▶ **Task**
Copy each line below holding "amount".

═════ Given records ═════

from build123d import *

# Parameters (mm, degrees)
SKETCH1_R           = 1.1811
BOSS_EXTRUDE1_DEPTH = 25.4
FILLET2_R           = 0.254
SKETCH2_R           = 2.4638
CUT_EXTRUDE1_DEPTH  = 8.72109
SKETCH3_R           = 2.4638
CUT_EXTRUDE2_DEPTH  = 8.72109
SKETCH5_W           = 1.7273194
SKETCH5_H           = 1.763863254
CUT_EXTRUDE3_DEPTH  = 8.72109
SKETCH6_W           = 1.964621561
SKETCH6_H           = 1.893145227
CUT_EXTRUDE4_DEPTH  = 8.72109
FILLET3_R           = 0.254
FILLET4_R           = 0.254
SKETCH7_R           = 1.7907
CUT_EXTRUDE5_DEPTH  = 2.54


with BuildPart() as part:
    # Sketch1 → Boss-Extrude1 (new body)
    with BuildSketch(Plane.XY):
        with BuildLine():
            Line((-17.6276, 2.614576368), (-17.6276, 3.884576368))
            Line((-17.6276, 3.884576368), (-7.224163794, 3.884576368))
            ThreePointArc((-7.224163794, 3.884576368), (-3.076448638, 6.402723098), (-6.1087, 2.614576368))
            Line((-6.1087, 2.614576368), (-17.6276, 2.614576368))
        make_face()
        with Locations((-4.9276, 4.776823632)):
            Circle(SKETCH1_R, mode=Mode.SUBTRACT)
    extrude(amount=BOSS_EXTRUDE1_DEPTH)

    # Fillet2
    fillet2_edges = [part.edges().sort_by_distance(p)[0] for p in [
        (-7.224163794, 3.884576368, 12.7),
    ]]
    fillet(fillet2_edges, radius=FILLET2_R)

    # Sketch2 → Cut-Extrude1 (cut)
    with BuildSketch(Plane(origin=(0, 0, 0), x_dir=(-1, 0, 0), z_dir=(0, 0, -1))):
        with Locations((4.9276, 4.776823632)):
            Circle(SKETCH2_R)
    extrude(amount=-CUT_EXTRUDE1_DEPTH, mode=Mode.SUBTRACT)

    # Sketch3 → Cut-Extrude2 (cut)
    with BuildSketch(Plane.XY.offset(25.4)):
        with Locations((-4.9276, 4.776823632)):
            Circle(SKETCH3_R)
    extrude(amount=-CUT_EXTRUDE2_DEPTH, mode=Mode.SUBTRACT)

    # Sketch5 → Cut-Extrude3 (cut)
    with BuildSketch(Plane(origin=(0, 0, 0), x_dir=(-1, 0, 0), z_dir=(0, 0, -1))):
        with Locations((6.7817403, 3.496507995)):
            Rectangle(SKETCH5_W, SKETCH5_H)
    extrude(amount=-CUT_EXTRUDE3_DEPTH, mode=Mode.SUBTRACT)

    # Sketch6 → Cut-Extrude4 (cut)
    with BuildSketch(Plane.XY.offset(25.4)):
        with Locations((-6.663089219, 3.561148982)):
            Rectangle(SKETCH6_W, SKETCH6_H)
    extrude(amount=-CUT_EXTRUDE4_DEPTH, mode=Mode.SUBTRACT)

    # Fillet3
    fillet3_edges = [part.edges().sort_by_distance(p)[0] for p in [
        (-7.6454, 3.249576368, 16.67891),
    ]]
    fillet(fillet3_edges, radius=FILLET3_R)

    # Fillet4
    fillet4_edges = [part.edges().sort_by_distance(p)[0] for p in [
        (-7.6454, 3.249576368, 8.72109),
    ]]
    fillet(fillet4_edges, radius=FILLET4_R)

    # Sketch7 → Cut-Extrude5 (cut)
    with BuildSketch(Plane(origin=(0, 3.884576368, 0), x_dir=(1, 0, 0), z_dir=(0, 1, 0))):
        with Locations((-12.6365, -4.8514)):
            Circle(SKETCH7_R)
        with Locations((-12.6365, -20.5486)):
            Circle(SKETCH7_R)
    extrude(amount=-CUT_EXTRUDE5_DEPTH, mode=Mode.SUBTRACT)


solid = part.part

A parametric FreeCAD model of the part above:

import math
import FreeCAD as App
import Part
import Sketcher

V = App.Vector
Q = App.Units.Quantity


def edges_at(feature, points):
    """Names of the edges that pass closest to the given points."""
    edges = feature.Shape.Edges
    near = lambda p: min(range(len(edges)), key=lambda i: edges[i].distToShape(Part.Vertex(*p))[0])
    return sorted({f"Edge{near(p) + 1}" for p in points})


def add_polygon(sketch, points):
    """Adds a closed chain of lines whose ends are joined by coincident constraints."""
    first, n = sketch.GeometryCount, len(points)
    for a, b in zip(points, points[1:] + points[:1]):
        sketch.addGeometry(Part.LineSegment(App.Vector(*a, 0), App.Vector(*b, 0)), False)
    for i in range(n):
        sketch.addConstraint(Sketcher.Constraint("Coincident", first + i, 2, first + (i + 1) % n, 1))

doc = App.newDocument("Part")
body = doc.addObject("PartDesign::Body", "Body")

sketch1 = body.newObject("Sketcher::SketchObject", "Sketch")
sketch1.AttachmentSupport = (doc.getObject("XY_Plane"), [""])
sketch1.MapMode = "FlatFace"
sketch1.addGeometry([
    Part.LineSegment(V(-17.6, 3.9, 0), V(-17.6, 2.6, 0)),
    Part.LineSegment(V(-17.6, 2.6, 0), V(-6.1, 2.6, 0)),
    Part.ArcOfCircle(Part.Circle(V(-4.9, 4.8, 0), V(0, 0, 1), 2.5), math.radians(-119), math.radians(201)),
    Part.LineSegment(V(-7.2, 3.9, 0), V(-17.6, 3.9, 0)),
    Part.Circle(V(-4.9, 4.8, 0), V(0, 0, 1), 1.2),
], False)
sketch1.addConstraint([
    Sketcher.Constraint("Coincident", 0, 2, 1, 1),
    Sketcher.Constraint("Coincident", 1, 2, 2, 1),
    Sketcher.Constraint("Coincident", 2, 2, 3, 1),
    Sketcher.Constraint("Coincident", 3, 2, 0, 1),
    Sketcher.Constraint("Vertical", 0),
    Sketcher.Constraint("Horizontal", 1),
    Sketcher.Constraint("Horizontal", 3),
    Sketcher.Constraint("Coincident", 4, 3, 2, 3),
    Sketcher.Constraint("Diameter", 4, Q("0.093 in")),
    Sketcher.Constraint("Radius", 2, Q("0.097 in")),
    Sketcher.Constraint("DistanceY", 0, 2, 0, 1, Q("0.05 in")),
    Sketcher.Constraint("DistanceX", 0, 2, 2, 3, Q("0.5 in")),
    Sketcher.Constraint("DistanceX", 1, 1, 1, 2, Q("0.4535 in")),
    Sketcher.Constraint("DistanceX", 2, 3, -1, 1, Q("0.194 in")),
    Sketcher.Constraint("DistanceY", -1, 1, 2, 3, Q("4.776824 mm")),
])
pad1 = body.newObject("PartDesign::Pad", "Pad")
pad1.Profile = sketch1
pad1.Length = Q("1 in")
doc.recompute()

fillet = body.newObject("PartDesign::Fillet", "Fillet")
fillet.Base = (pad1, edges_at(pad1, [(-7.224, 3.885, 12.7)]))
fillet.Radius = Q("0.01 in")

sketch2 = body.newObject("Sketcher::SketchObject", "Sketch001")
sketch2.AttachmentSupport = (doc.getObject("XY_Plane"), [""])
sketch2.MapMode = "FlatFace"
sketch2.addGeometry(Part.Circle(V(-4.9, 4.8, 0), V(0, 0, 1), 2.5), False)
sketch2.addConstraint([
    Sketcher.Constraint("Diameter", 0, Q("0.194 in")),
    Sketcher.Constraint("DistanceX", 0, 3, -1, 1, Q("0.194 in")),
    Sketcher.Constraint("DistanceY", -1, 1, 0, 3, Q("4.776824 mm")),
])
pocket1 = body.newObject("PartDesign::Pocket", "Pocket")
pocket1.Profile = sketch2
pocket1.Length = 8.72109
pocket1.Reversed = True

sketch3 = body.newObject("Sketcher::SketchObject", "Sketch002")
sketch3.AttachmentSupport = (doc.getObject("XY_Plane"), [""])
sketch3.MapMode = "FlatFace"
sketch3.AttachmentOffset = App.Placement(V(0, 0, 1 * 25.4), App.Rotation())
sketch3.addGeometry(Part.Circle(V(-4.9, 4.8, 0), V(0, 0, 1), 2.5), False)
sketch3.addConstraint([
    Sketcher.Constraint("Diameter", 0, Q("0.194 in")),
    Sketcher.Constraint("DistanceX", 0, 3, -1, 1, Q("0.194 in")),
    Sketcher.Constraint("DistanceY", -1, 1, 0, 3, Q("4.776824 mm")),
])
pocket2 = body.newObject("PartDesign::Pocket", "Pocket001")
pocket2.Profile = sketch3
pocket2.Length = 8.72109

sketch4 = body.newObject("Sketcher::SketchObject", "Sketch003")
sketch4.AttachmentSupport = (doc.getObject("XY_Plane"), [""])
sketch4.MapMode = "FlatFace"
add_polygon(sketch4, [(-5.9, 4.4), (-5.9, 2.6), (-7.6, 2.6), (-7.6, 4.4)])
sketch4.addConstraint([
    Sketcher.Constraint("Vertical", 0),
    Sketcher.Constraint("Horizontal", 1),
    Sketcher.Constraint("Vertical", 2),
    Sketcher.Constraint("Horizontal", 3),
    Sketcher.Constraint("DistanceX", 1, 2, -1, 1, Q("0.301 in")),
    Sketcher.Constraint("DistanceX", 1, 2, 1, 1, Q("1.727319 mm")),
    Sketcher.Constraint("DistanceY", 0, 2, 0, 1, Q("1.763863 mm")),
    Sketcher.Constraint("DistanceY", -1, 1, 2, 2, Q("4.37844 mm")),
])
pocket3 = body.newObject("PartDesign::Pocket", "Pocket002")
pocket3.Profile = sketch4
pocket3.Length = 8.72109
pocket3.Reversed = True

sketch5 = body.newObject("Sketcher::SketchObject", "Sketch004")
sketch5.AttachmentSupport = (doc.getObject("XY_Plane"), [""])
sketch5.MapMode = "FlatFace"
sketch5.AttachmentOffset = App.Placement(V(0, 0, 1 * 25.4), App.Rotation())
add_polygon(sketch5, [(-7.6, 4.5), (-7.6, 2.6), (-5.7, 2.6), (-5.7, 4.5)])
sketch5.addConstraint([
    Sketcher.Constraint("Vertical", 0),
    Sketcher.Constraint("Horizontal", 1),
    Sketcher.Constraint("Vertical", 2),
    Sketcher.Constraint("Horizontal", 3),
    Sketcher.Constraint("DistanceX", 0, 2, -1, 1, Q("0.301 in")),
    Sketcher.Constraint("DistanceX", 1, 1, 1, 2, Q("1.964622 mm")),
    Sketcher.Constraint("DistanceY", 0, 2, 0, 1, Q("1.893145 mm")),
    Sketcher.Constraint("DistanceY", -1, 1, 2, 2, Q("4.507722 mm")),
])
pocket4 = body.newObject("PartDesign::Pocket", "Pocket003")
pocket4.Profile = sketch5
pocket4.Length = 8.72109
doc.recompute()

fillet2 = body.newObject("PartDesign::Fillet", "Fillet001")
fillet2.Base = (pocket4, edges_at(pocket4, [(-7.645, 3.25, 16.679)]))
fillet2.Radius = Q("0.01 in")
doc.recompute()

fillet3 = body.newObject("PartDesign::Fillet", "Fillet002")
fillet3.Base = (fillet2, edges_at(fillet2, [(-7.645, 3.25, 8.721)]))
fillet3.Radius = Q("0.01 in")

sketch6 = body.newObject("Sketcher::SketchObject", "Sketch005")
sketch6.AttachmentSupport = (doc.getObject("XZ_Plane"), [""])
sketch6.MapMode = "FlatFace"
sketch6.AttachmentOffset = App.Placement(V(0, 0, -3.884576), App.Rotation())
sketch6.addGeometry([
    Part.Circle(V(-12.6, 4.9, 0), V(0, 0, 1), 1.8),
    Part.Circle(V(-12.6, 20.5, 0), V(0, 0, 1), 1.8),
], False)
sketch6.addConstraint([
    Sketcher.Constraint("Equal", 0, 1),
    Sketcher.Constraint("Vertical", 0, 3, 1, 3),
    Sketcher.Constraint("Diameter", 0, Q("0.141 in")),
    Sketcher.Constraint("DistanceY", -1, 1, 0, 3, Q("0.191 in")),
    Sketcher.Constraint("DistanceY", -1, 1, 1, 3, Q("0.809 in")),
    Sketcher.Constraint("DistanceX", 0, 3, -1, 1, Q("0.4975 in")),
])
pocket5 = body.newObject("PartDesign::Pocket", "Pocket004")
pocket5.Profile = sketch6
pocket5.Length = Q("0.1 in")
pocket5.Reversed = True

doc.recompute()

═════

▶ **Response below**
    extrude(amount=BOSS_EXTRUDE1_DEPTH)
    extrude(amount=-CUT_EXTRUDE1_DEPTH, mode=Mode.SUBTRACT)
    extrude(amount=-CUT_EXTRUDE2_DEPTH, mode=Mode.SUBTRACT)
    extrude(amount=-CUT_EXTRUDE3_DEPTH, mode=Mode.SUBTRACT)
    extrude(amount=-CUT_EXTRUDE4_DEPTH, mode=Mode.SUBTRACT)
    extrude(amount=-CUT_EXTRUDE5_DEPTH, mode=Mode.SUBTRACT)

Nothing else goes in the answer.